Would you be able to send med the vg graph your are using, and I could check whether there is an error in the code or something wrong with the graph?

Thanks!

byoo commented 3 years ago

Thanks for the quick reply! What’s med? Do you mean the m

On Thu, Jan 28, 2021 at 1:44 PM ivargr notifications@github.com wrote:

Hi!

It seems that it crashes because it thinks there is a node in the graph having a sequence that doesn't match the node size.

Would you be able to send med the vg graph your are using, and I could check whether there is an error in the code or something wrong with the graph?

Thanks!

— You are receiving this because you authored the thread. Reply to this email directly, view it on GitHub https://github.com/uio-bmi/graph_peak_caller/issues/11#issuecomment-769330024, or unsubscribe https://github.com/notifications/unsubscribe-auth/AAIPUFWFOYJHWIHYJODIUETS4G5BVANCNFSM4WXK4ALQ .

ivargr commented 3 years ago

Sorry, I had a typo there, I meant to ask "Would you be able to send me the vg graph you are using...?". I see you have a file called graph_p.json, you could alternatively just send me that (but I guess you also have a .vg-file that is smaller).

byoo commented 3 years ago

Sorry I mistakenly sent the message.

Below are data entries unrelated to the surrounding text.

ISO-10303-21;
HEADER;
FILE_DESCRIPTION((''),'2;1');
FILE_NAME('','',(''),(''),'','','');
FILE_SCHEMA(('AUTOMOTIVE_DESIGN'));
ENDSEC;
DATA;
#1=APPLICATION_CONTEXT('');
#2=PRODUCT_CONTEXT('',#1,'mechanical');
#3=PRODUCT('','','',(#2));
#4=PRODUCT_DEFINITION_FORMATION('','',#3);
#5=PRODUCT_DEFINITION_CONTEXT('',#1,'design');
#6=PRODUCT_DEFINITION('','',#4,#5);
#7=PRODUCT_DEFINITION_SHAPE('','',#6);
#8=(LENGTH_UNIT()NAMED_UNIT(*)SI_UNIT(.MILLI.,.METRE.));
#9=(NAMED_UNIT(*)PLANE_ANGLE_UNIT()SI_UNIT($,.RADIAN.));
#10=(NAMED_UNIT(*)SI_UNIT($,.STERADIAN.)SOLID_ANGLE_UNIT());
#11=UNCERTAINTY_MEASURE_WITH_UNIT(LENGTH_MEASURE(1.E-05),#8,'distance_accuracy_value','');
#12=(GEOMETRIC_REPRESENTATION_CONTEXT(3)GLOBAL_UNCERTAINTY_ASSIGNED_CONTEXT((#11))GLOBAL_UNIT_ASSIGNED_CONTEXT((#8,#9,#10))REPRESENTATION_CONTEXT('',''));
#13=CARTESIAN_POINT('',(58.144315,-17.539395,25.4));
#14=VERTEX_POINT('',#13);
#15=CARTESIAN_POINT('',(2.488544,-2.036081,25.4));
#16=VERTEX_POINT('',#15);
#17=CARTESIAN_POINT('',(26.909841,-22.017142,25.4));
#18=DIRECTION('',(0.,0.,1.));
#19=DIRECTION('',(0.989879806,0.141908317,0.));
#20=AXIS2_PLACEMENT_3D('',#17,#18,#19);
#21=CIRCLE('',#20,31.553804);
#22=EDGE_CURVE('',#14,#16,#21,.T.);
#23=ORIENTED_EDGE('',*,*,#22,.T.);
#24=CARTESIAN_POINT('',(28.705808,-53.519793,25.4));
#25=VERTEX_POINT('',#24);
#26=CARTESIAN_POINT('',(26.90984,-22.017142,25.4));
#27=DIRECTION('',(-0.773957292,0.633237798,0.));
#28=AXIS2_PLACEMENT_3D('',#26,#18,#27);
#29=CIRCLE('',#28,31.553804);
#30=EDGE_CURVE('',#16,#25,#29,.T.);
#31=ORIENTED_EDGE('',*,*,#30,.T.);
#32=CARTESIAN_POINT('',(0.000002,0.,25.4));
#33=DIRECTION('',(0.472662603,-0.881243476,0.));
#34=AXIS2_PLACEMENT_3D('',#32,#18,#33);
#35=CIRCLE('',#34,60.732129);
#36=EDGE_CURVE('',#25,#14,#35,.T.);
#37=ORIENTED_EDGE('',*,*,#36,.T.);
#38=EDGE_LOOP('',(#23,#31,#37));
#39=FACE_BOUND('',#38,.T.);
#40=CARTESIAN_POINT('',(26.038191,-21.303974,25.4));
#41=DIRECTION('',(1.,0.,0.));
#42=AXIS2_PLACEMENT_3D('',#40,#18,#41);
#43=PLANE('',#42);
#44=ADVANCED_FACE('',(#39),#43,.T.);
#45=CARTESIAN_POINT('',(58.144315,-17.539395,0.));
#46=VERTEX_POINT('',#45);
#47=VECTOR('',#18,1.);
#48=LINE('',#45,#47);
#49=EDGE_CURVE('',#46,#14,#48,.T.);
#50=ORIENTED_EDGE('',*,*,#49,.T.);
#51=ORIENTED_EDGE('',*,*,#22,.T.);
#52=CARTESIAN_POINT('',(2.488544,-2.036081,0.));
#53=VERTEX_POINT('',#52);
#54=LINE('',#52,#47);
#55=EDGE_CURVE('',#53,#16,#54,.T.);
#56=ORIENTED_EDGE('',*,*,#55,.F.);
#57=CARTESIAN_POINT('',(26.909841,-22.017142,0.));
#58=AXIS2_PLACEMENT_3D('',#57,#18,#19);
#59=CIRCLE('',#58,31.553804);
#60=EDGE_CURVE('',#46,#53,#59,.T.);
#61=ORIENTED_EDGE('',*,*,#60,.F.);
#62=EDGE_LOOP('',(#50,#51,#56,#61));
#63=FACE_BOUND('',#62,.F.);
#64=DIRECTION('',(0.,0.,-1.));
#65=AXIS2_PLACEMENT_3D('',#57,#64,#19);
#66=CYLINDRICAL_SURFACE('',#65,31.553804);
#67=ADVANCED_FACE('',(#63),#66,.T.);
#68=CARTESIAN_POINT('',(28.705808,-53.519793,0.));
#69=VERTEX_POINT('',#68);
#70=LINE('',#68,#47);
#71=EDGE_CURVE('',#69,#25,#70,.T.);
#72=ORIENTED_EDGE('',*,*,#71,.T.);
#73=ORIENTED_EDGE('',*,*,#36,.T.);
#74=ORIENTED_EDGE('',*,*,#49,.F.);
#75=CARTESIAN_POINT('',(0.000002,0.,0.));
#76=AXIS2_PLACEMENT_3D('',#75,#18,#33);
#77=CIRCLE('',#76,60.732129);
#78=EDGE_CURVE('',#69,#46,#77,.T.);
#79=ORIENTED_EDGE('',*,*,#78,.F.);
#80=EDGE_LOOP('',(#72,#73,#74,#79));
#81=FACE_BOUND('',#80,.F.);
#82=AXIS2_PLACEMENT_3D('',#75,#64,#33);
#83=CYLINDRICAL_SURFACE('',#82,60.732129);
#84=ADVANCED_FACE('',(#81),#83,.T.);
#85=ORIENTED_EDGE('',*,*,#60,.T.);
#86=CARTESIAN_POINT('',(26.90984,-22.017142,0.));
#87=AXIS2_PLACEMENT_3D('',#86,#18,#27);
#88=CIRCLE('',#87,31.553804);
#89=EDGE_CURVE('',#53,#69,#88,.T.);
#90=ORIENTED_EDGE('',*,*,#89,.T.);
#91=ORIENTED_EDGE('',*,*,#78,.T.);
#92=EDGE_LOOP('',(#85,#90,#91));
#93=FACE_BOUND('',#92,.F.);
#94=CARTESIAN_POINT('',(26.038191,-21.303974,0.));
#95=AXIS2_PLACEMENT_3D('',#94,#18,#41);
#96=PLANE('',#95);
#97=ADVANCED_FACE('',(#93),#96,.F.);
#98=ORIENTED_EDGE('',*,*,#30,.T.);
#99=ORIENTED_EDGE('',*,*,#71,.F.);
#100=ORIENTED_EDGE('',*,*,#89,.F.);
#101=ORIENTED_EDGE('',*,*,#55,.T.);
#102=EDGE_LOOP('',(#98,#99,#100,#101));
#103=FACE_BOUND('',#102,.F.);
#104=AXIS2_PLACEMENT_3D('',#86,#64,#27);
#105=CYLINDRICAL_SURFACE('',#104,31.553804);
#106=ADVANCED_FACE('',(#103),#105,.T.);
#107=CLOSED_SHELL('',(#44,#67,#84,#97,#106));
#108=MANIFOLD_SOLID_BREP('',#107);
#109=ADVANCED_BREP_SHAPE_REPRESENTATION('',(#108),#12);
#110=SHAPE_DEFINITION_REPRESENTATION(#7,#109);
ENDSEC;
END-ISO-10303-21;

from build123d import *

# Parameters (mm, degrees)
F1_DEPTH = 25.4


with BuildPart() as f1:
    # F0 (on Top) → F1 (new body)
    with BuildSketch(Plane.XY):
        with BuildLine():
            ThreePointArc((2.488544, -2.036081), (-1.208117, -36.335766), (28.705808, -53.519793))
            ThreePointArc((28.705808, -53.519793), (47.004077, -38.457879), (58.144315, -17.539395))
            ThreePointArc((58.144315, -17.539395), (35.377015, 8.379396), (2.488544, -2.036081))
        make_face()
    extrude(amount=F1_DEPTH)


solid = f1.part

Yes, you are right. BTW, even vg file is over 3gb in size so I wonder if it is possible to find the data causing the error and extract it. I am new to work with vg file. I'd appreciate if you guide me. Thank you.

ivargr commented 3 years ago

It is a bit tricky without having the graph, since it seems like there might be an error in the graph. Maybe you could explain the steps/pipeline you used to create the graph, and I can see if I can understand how you got the error from there?

byoo commented 3 years ago

The steps to create graph are 1) perform de novo assembly using hifiasm, 2) build gfa using minigraph, 3) convert gfa to vg to json using vg. The error occurs in a small subset of the graph here. Thanks!

Sorry I just read that everything in the graph needs to be connected. The graph includes all the chromosomes. It may be part of the issue.